Professor Gary Raw, of Building Research Establishments, said last night that five of the eight air raid shelters had been found and samples from them tested using boreholes, one of which went down 12 metres underground. No suspicious findings resulted.

However, work was carried out to seal off the floor and ceiling of the areas in the school that had been affected with a special membrane.

A new ventilation system has also been installed and the kitchens isolated so fumes cannot infiltrate nearby rooms, and the inside of the school has received an industrial clean.

The evacuation, subsequent tests, building modifications and relocation of the school has so far cost Essex County Council almost £500,000.

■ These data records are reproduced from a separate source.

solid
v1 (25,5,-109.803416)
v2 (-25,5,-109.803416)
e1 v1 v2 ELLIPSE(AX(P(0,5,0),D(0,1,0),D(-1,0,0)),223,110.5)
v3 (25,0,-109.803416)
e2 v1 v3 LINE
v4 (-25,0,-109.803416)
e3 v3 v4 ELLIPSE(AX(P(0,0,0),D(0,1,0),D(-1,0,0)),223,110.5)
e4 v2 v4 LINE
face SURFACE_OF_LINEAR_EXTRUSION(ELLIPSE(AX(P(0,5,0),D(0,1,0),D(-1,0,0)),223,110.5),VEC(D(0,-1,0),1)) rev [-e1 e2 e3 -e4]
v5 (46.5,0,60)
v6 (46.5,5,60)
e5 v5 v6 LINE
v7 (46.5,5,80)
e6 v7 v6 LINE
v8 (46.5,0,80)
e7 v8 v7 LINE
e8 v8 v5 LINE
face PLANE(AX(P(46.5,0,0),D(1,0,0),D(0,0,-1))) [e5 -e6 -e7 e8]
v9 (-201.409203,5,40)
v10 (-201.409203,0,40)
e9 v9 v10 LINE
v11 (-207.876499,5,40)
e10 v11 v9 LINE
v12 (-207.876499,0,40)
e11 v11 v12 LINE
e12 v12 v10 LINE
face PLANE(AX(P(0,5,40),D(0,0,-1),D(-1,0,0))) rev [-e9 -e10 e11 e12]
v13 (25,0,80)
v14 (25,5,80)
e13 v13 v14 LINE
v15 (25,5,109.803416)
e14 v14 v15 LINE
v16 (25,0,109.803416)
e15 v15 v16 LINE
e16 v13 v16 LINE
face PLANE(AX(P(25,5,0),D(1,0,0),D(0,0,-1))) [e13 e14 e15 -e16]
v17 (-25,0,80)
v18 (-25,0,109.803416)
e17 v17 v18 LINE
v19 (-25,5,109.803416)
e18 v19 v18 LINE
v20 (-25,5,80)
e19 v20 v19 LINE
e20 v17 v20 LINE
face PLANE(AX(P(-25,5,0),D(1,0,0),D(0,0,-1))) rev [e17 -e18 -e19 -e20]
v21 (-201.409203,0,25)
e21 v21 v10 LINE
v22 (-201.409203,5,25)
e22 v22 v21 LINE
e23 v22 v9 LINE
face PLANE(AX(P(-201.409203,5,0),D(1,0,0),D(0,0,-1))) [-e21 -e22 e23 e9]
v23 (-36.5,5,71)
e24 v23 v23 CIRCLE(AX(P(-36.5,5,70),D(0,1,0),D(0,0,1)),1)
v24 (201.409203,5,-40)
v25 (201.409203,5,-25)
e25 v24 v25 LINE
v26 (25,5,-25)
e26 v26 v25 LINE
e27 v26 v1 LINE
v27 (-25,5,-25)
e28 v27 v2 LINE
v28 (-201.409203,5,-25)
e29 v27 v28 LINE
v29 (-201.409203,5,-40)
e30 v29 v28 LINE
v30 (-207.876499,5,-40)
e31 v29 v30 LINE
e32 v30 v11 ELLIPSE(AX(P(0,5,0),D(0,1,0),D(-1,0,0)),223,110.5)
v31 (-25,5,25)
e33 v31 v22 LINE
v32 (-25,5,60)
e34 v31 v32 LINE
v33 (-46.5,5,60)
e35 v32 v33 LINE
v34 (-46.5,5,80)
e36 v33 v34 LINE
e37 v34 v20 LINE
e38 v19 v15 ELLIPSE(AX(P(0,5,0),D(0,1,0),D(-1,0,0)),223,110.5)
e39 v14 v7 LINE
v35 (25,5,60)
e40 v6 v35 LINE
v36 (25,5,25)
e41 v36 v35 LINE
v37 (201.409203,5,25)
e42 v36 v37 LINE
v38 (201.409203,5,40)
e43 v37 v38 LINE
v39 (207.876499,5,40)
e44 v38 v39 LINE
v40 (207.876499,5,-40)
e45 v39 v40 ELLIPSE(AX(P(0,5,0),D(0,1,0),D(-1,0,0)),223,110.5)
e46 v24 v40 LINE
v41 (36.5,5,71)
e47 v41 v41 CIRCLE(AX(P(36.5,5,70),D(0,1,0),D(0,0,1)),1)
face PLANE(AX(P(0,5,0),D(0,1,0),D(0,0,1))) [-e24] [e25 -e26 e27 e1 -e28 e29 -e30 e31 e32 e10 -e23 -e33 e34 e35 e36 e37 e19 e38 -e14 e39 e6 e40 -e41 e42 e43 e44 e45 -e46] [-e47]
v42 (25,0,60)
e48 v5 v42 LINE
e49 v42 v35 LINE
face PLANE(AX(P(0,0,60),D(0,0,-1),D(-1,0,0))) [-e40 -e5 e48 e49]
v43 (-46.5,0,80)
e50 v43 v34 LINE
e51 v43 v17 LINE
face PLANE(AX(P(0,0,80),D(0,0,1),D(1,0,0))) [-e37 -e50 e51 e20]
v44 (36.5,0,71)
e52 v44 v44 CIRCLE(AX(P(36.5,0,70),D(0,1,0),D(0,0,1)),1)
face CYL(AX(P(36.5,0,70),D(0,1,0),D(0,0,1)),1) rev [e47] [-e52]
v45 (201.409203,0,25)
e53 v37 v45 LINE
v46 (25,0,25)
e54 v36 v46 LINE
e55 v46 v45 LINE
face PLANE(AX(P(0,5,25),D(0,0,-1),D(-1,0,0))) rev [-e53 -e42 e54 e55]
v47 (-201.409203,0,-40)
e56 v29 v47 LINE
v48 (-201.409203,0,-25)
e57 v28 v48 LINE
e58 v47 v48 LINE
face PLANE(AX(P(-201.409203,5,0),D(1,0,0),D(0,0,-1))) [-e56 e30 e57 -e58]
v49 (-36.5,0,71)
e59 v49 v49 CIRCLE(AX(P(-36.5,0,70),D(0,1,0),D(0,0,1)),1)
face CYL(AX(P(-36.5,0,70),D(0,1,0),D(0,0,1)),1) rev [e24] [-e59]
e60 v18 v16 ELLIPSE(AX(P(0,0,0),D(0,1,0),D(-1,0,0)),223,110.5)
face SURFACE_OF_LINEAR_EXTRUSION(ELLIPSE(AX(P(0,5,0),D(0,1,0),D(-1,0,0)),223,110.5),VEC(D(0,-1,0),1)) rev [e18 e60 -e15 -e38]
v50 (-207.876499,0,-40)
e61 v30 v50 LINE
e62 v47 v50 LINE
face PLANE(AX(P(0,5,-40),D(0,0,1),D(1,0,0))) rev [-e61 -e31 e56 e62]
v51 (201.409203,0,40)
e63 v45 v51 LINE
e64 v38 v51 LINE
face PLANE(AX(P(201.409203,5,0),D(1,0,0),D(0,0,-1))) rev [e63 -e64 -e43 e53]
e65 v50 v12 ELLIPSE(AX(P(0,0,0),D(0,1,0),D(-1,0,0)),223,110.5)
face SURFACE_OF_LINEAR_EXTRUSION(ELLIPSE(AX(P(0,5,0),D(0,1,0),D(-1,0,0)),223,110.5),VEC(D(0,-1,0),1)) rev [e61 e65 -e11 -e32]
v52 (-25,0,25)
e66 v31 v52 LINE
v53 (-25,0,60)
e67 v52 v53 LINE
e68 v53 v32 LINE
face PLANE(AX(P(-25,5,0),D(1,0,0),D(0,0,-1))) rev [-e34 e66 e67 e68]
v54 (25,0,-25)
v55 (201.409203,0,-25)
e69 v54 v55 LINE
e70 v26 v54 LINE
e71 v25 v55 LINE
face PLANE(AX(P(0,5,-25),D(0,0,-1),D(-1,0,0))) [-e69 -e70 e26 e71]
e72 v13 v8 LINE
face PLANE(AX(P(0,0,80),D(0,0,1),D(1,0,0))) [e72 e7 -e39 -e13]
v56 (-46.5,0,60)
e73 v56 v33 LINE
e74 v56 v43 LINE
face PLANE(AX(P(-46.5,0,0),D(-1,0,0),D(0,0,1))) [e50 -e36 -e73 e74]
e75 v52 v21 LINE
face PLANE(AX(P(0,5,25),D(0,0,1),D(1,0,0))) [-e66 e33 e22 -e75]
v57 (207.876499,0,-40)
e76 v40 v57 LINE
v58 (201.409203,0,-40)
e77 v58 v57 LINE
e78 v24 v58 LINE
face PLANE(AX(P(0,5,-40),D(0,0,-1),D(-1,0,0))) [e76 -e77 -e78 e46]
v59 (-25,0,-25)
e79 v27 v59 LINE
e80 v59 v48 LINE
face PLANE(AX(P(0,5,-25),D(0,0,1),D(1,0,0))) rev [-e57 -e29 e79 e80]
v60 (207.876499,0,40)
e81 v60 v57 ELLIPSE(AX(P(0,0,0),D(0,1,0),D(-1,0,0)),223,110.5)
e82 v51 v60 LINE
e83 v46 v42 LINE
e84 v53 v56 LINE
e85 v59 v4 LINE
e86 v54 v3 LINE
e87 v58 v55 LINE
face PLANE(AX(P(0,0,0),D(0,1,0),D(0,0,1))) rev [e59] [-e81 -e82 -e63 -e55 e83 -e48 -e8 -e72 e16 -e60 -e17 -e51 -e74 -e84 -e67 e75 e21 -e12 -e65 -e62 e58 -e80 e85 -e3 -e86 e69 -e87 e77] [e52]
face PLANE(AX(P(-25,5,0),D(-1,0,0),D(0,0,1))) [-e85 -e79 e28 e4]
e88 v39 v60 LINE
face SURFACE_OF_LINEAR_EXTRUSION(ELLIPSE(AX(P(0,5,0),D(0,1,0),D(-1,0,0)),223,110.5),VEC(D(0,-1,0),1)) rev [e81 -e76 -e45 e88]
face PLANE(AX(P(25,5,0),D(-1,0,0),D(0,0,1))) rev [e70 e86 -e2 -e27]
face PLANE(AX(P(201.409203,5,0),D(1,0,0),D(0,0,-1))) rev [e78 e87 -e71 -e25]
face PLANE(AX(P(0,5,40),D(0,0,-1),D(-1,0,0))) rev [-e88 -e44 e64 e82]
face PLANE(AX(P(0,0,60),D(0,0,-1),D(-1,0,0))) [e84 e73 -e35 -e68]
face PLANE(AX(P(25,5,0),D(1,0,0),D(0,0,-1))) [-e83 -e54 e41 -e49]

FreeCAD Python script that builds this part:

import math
import FreeCAD as App
import Part
import Sketcher
from FreeCAD import Vector

doc = App.newDocument("Part")
body = doc.addObject("PartDesign::Body", "Body")

# Sketch on XZ plane
sketch1 = doc.addObject("Sketcher::SketchObject", "Sketch")
body.addObject(sketch1)
sketch1.AttachmentSupport = (doc.XZ_Plane, [""])
sketch1.MapMode = "FlatFace"
sketch1.addGeometry(Part.LineSegment(Vector(201.409203, -25, 0), Vector(25, -25, 0)), False)
sketch1.addGeometry(Part.LineSegment(Vector(25, -25, 0), Vector(25, -109.803416, 0)), False)
sketch1.addGeometry(Part.BSplineCurve([Vector(25, -109.803416, 0), Vector(0, -111.201003, 0), Vector(-25, -109.803416, 0)], [3, 3], [4.600045189, 4.824732772], False, 2, [1, 0.993696071, 1], False), False)
sketch1.addGeometry(Part.LineSegment(Vector(-25, -109.803416, 0), Vector(-25, -25, 0)), False)
sketch1.addGeometry(Part.LineSegment(Vector(-25, -25, 0), Vector(-201.409203, -25, 0)), False)
sketch1.addGeometry(Part.LineSegment(Vector(-201.409203, -25, 0), Vector(-201.409203, -40, 0)), False)
sketch1.addGeometry(Part.LineSegment(Vector(-201.409203, -40, 0), Vector(-207.876499, -40, 0)), False)
sketch1.addGeometry(Part.BSplineCurve([Vector(-207.876499, -40, 0), Vector(-239.223771, 0, 0), Vector(-207.876499, 40, 0)], [3, 3], [5.912782501, 6.653588114], False, 2, [1, 0.932181609, 1], False), False)
sketch1.addGeometry(Part.LineSegment(Vector(-207.876499, 40, 0), Vector(-201.409203, 40, 0)), False)
sketch1.addGeometry(Part.LineSegment(Vector(-201.409203, 40, 0), Vector(-201.409203, 25, 0)), False)
sketch1.addGeometry(Part.LineSegment(Vector(-201.409203, 25, 0), Vector(-25, 25, 0)), False)
sketch1.addGeometry(Part.LineSegment(Vector(-25, 25, 0), Vector(-25, 109.803416, 0)), False)
sketch1.addGeometry(Part.BSplineCurve([Vector(-25, 109.803416, 0), Vector(0, 111.201003, 0), Vector(25, 109.803416, 0)], [3, 3], [1.458452535, 1.683140119], False, 2, [1, 0.993696071, 1], False), False)
sketch1.addGeometry(Part.LineSegment(Vector(25, 109.803416, 0), Vector(25, 25, 0)), False)
sketch1.addGeometry(Part.LineSegment(Vector(25, 25, 0), Vector(201.409203, 25, 0)), False)
sketch1.addGeometry(Part.LineSegment(Vector(201.409203, 25, 0), Vector(201.409203, 40, 0)), False)
sketch1.addGeometry(Part.LineSegment(Vector(201.409203, 40, 0), Vector(207.876499, 40, 0)), False)
sketch1.addGeometry(Part.BSplineCurve([Vector(207.876499, 40, 0), Vector(239.223771, 0, 0), Vector(207.876499, -40, 0)], [3, 3], [2.771189847, 3.51199546], False, 2, [1, 0.932181609, 1], False), False)
sketch1.addGeometry(Part.LineSegment(Vector(207.876499, -40, 0), Vector(201.409203, -40, 0)), False)
sketch1.addGeometry(Part.LineSegment(Vector(201.409203, -40, 0), Vector(201.409203, -25, 0)), False)
sketch1.addConstraint(Sketcher.Constraint("Block", 2))
sketch1.addConstraint(Sketcher.Constraint("Block", 7))
sketch1.addConstraint(Sketcher.Constraint("Block", 12))
sketch1.addConstraint(Sketcher.Constraint("Block", 17))
sketch1.addConstraint(Sketcher.Constraint("Coincident", 0, 2, 1, 1))
sketch1.addConstraint(Sketcher.Constraint("Coincident", 1, 2, 2, 1))
sketch1.addConstraint(Sketcher.Constraint("Coincident", 2, 2, 3, 1))
sketch1.addConstraint(Sketcher.Constraint("Coincident", 3, 2, 4, 1))
sketch1.addConstraint(Sketcher.Constraint("Coincident", 4, 2, 5, 1))
sketch1.addConstraint(Sketcher.Constraint("Coincident", 5, 2, 6, 1))
sketch1.addConstraint(Sketcher.Constraint("Coincident", 6, 2, 7, 1))
sketch1.addConstraint(Sketcher.Constraint("Coincident", 7, 2, 8, 1))
sketch1.addConstraint(Sketcher.Constraint("Coincident", 8, 2, 9, 1))
sketch1.addConstraint(Sketcher.Constraint("Coincident", 9, 2, 10, 1))
sketch1.addConstraint(Sketcher.Constraint("Coincident", 10, 2, 11, 1))
sketch1.addConstraint(Sketcher.Constraint("Coincident", 11, 2, 12, 1))
sketch1.addConstraint(Sketcher.Constraint("Coincident", 12, 2, 13, 1))
sketch1.addConstraint(Sketcher.Constraint("Coincident", 13, 2, 14, 1))
sketch1.addConstraint(Sketcher.Constraint("Coincident", 14, 2, 15, 1))
sketch1.addConstraint(Sketcher.Constraint("Coincident", 15, 2, 16, 1))
sketch1.addConstraint(Sketcher.Constraint("Coincident", 16, 2, 17, 1))
sketch1.addConstraint(Sketcher.Constraint("Coincident", 17, 2, 18, 1))
sketch1.addConstraint(Sketcher.Constraint("Coincident", 18, 2, 19, 1))
sketch1.addConstraint(Sketcher.Constraint("Coincident", 19, 2, 0, 1))
sketch1.addConstraint(Sketcher.Constraint("Horizontal", 0))
sketch1.addConstraint(Sketcher.Constraint("Vertical", 1))
sketch1.addConstraint(Sketcher.Constraint("Vertical", 3))
sketch1.addConstraint(Sketcher.Constraint("Horizontal", 4))
sketch1.addConstraint(Sketcher.Constraint("Vertical", 5))
sketch1.addConstraint(Sketcher.Constraint("Horizontal", 6))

Headteacher Valerie Hollanders, herself a victim of the illness which followed exposure to the mystery smell, told parents last night: "I wouldn't go back unless I thought there was a very good chance it would be ok.

"We will be ever-vigilant to make sure children are safe. We definitely won't take chances with little lives.

"I think we can safely say that our school will be the best monitored in the county. It should be quite nice I should think. We shall have the purest air – it should make parents feel reassured."

Acting chair of governors, Jacqueline Bull, said: "We have listened to the experts. We are lay people, not experts ourselves, but they have told us everything they have done is everything they can do.

"I would just like to say thank you to the governors, staff and members of the community who have worked tirelessly on this issue. A great deal of people's time has been spent trying to make our school happy, healthy and safe for our children."